- Goal of the exercise:
For the entries below, the expected answer is the line with "f 14 244 243", the line with "f 272 287 288", and every line between them, exactly as written, and nothing more.

[Source data]

============

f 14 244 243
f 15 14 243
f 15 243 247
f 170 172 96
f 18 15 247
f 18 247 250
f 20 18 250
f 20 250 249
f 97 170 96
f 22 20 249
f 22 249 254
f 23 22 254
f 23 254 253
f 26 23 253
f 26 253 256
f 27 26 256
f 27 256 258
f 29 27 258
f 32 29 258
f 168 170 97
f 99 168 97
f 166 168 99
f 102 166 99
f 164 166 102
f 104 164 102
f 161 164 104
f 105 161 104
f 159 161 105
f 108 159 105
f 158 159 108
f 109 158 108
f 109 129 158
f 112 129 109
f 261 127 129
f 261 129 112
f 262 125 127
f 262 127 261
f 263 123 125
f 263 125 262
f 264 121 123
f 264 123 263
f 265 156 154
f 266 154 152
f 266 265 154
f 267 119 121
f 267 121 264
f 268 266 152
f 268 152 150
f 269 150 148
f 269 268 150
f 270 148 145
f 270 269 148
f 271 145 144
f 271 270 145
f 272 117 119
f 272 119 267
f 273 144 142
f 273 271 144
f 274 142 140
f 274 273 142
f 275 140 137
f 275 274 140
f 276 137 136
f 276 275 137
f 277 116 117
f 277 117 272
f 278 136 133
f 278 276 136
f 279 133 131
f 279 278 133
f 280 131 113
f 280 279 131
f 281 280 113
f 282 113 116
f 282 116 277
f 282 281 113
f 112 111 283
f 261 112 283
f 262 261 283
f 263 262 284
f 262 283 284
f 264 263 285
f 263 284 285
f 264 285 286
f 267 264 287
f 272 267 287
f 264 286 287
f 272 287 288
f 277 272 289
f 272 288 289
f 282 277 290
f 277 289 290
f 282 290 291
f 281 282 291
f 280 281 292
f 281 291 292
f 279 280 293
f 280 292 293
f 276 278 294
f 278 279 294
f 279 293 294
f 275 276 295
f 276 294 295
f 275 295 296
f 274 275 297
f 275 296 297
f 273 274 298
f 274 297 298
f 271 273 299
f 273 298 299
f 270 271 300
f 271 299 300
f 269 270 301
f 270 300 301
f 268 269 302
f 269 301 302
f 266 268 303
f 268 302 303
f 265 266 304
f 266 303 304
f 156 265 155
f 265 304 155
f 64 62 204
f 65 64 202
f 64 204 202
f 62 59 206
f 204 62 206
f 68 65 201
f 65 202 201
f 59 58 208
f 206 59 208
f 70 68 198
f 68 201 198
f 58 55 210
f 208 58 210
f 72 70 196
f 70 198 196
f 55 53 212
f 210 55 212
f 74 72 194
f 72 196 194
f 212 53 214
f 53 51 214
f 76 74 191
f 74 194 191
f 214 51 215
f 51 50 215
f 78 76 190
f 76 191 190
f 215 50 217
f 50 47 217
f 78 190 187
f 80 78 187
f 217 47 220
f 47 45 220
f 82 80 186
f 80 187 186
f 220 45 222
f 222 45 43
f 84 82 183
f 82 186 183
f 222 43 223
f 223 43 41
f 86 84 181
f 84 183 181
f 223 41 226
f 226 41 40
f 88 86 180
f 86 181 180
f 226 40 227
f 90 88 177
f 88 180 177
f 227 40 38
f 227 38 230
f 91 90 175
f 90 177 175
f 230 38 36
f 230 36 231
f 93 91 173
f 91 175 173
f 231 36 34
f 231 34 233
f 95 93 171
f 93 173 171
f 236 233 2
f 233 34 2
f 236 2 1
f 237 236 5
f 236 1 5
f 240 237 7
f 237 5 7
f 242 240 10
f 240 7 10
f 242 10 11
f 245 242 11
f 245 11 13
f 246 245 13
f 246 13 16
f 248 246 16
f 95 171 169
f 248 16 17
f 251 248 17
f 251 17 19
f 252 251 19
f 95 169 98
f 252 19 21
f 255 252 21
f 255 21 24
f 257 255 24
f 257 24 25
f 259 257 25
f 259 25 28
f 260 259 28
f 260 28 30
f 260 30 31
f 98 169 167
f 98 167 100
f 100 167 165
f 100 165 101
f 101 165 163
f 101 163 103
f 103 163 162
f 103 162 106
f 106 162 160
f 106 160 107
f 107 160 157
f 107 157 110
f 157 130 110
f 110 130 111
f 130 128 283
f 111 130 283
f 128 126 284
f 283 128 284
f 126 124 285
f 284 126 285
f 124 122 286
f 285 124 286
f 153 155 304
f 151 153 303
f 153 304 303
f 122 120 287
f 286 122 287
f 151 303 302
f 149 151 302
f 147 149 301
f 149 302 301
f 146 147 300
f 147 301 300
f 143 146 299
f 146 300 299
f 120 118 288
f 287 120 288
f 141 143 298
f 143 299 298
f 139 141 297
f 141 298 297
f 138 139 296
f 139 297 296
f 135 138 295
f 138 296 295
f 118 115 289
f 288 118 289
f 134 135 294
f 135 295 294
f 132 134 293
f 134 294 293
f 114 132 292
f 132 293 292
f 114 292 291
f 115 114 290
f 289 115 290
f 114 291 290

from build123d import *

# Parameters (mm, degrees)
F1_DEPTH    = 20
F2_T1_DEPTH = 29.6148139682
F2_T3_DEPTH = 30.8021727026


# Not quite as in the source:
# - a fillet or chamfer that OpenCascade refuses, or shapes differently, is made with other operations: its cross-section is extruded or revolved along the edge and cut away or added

============

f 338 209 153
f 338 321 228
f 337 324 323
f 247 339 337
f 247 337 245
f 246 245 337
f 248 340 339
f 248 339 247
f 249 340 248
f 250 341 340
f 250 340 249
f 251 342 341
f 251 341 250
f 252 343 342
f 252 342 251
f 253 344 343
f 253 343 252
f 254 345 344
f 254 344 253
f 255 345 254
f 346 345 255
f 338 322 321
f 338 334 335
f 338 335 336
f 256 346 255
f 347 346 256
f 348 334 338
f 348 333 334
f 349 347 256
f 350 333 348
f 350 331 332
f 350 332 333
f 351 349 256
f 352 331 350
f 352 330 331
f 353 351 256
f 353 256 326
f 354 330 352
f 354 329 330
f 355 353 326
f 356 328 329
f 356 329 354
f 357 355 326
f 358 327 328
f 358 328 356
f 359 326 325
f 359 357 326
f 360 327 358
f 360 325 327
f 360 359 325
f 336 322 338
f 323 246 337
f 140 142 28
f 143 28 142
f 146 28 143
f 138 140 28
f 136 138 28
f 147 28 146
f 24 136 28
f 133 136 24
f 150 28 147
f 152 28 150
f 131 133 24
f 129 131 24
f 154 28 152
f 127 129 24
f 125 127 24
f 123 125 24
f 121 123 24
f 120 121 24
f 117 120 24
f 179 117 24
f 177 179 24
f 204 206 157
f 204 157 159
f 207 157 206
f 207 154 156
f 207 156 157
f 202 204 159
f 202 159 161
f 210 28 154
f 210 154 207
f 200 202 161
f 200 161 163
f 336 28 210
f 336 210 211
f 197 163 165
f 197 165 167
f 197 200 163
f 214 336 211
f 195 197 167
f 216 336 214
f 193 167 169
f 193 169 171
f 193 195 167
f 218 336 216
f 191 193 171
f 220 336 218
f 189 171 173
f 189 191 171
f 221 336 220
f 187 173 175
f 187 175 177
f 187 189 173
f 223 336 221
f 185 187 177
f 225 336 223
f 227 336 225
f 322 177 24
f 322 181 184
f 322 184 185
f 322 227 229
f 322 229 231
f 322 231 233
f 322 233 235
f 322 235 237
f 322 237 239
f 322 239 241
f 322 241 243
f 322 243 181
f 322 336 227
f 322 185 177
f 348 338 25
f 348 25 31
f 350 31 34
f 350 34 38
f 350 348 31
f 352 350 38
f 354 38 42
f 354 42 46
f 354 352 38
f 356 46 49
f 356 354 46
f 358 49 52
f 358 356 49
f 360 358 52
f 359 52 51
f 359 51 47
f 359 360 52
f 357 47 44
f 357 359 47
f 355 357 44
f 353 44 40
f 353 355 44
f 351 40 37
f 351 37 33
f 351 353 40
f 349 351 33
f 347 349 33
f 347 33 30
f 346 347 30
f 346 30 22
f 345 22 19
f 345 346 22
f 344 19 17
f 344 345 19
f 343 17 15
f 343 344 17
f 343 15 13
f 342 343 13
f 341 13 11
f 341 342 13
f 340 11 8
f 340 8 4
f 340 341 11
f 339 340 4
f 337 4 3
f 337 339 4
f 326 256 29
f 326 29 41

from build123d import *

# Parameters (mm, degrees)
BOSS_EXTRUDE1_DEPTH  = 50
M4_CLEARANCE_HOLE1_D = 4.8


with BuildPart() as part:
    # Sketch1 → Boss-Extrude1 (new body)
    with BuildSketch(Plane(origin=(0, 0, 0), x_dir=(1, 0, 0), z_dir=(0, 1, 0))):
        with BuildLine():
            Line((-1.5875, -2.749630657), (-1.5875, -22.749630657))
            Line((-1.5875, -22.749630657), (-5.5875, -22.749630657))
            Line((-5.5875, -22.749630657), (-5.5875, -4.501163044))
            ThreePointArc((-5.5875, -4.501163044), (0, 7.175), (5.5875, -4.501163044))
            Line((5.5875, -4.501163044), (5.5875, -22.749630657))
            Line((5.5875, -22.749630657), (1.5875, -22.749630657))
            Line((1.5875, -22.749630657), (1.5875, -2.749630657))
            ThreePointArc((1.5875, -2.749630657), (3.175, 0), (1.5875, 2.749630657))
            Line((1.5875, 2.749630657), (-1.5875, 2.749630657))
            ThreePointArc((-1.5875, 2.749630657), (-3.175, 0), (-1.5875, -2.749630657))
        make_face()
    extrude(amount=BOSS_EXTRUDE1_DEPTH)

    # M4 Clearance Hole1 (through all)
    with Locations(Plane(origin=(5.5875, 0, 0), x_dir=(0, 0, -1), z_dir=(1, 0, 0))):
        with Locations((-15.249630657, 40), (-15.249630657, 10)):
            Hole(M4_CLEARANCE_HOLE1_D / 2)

============

- Exercise result:
f 14 244 243
f 15 14 243
f 15 243 247
f 170 172 96
f 18 15 247
f 18 247 250
f 20 18 250
f 20 250 249
f 97 170 96
f 22 20 249
f 22 249 254
f 23 22 254
f 23 254 253
f 26 23 253
f 26 253 256
f 27 26 256
f 27 256 258
f 29 27 258
f 32 29 258
f 168 170 97
f 99 168 97
f 166 168 99
f 102 166 99
f 164 166 102
f 104 164 102
f 161 164 104
f 105 161 104
f 159 161 105
f 108 159 105
f 158 159 108
f 109 158 108
f 109 129 158
f 112 129 109
f 261 127 129
f 261 129 112
f 262 125 127
f 262 127 261
f 263 123 125
f 263 125 262
f 264 121 123
f 264 123 263
f 265 156 154
f 266 154 152
f 266 265 154
f 267 119 121
f 267 121 264
f 268 266 152
f 268 152 150
f 269 150 148
f 269 268 150
f 270 148 145
f 270 269 148
f 271 145 144
f 271 270 145
f 272 117 119
f 272 119 267
f 273 144 142
f 273 271 144
f 274 142 140
f 274 273 142
f 275 140 137
f 275 274 140
f 276 137 136
f 276 275 137
f 277 116 117
f 277 117 272
f 278 136 133
f 278 276 136
f 279 133 131
f 279 278 133
f 280 131 113
f 280 279 131
f 281 280 113
f 282 113 116
f 282 116 277
f 282 281 113
f 112 111 283
f 261 112 283
f 262 261 283
f 263 262 284
f 262 283 284
f 264 263 285
f 263 284 285
f 264 285 286
f 267 264 287
f 272 267 287
f 264 286 287
f 272 287 288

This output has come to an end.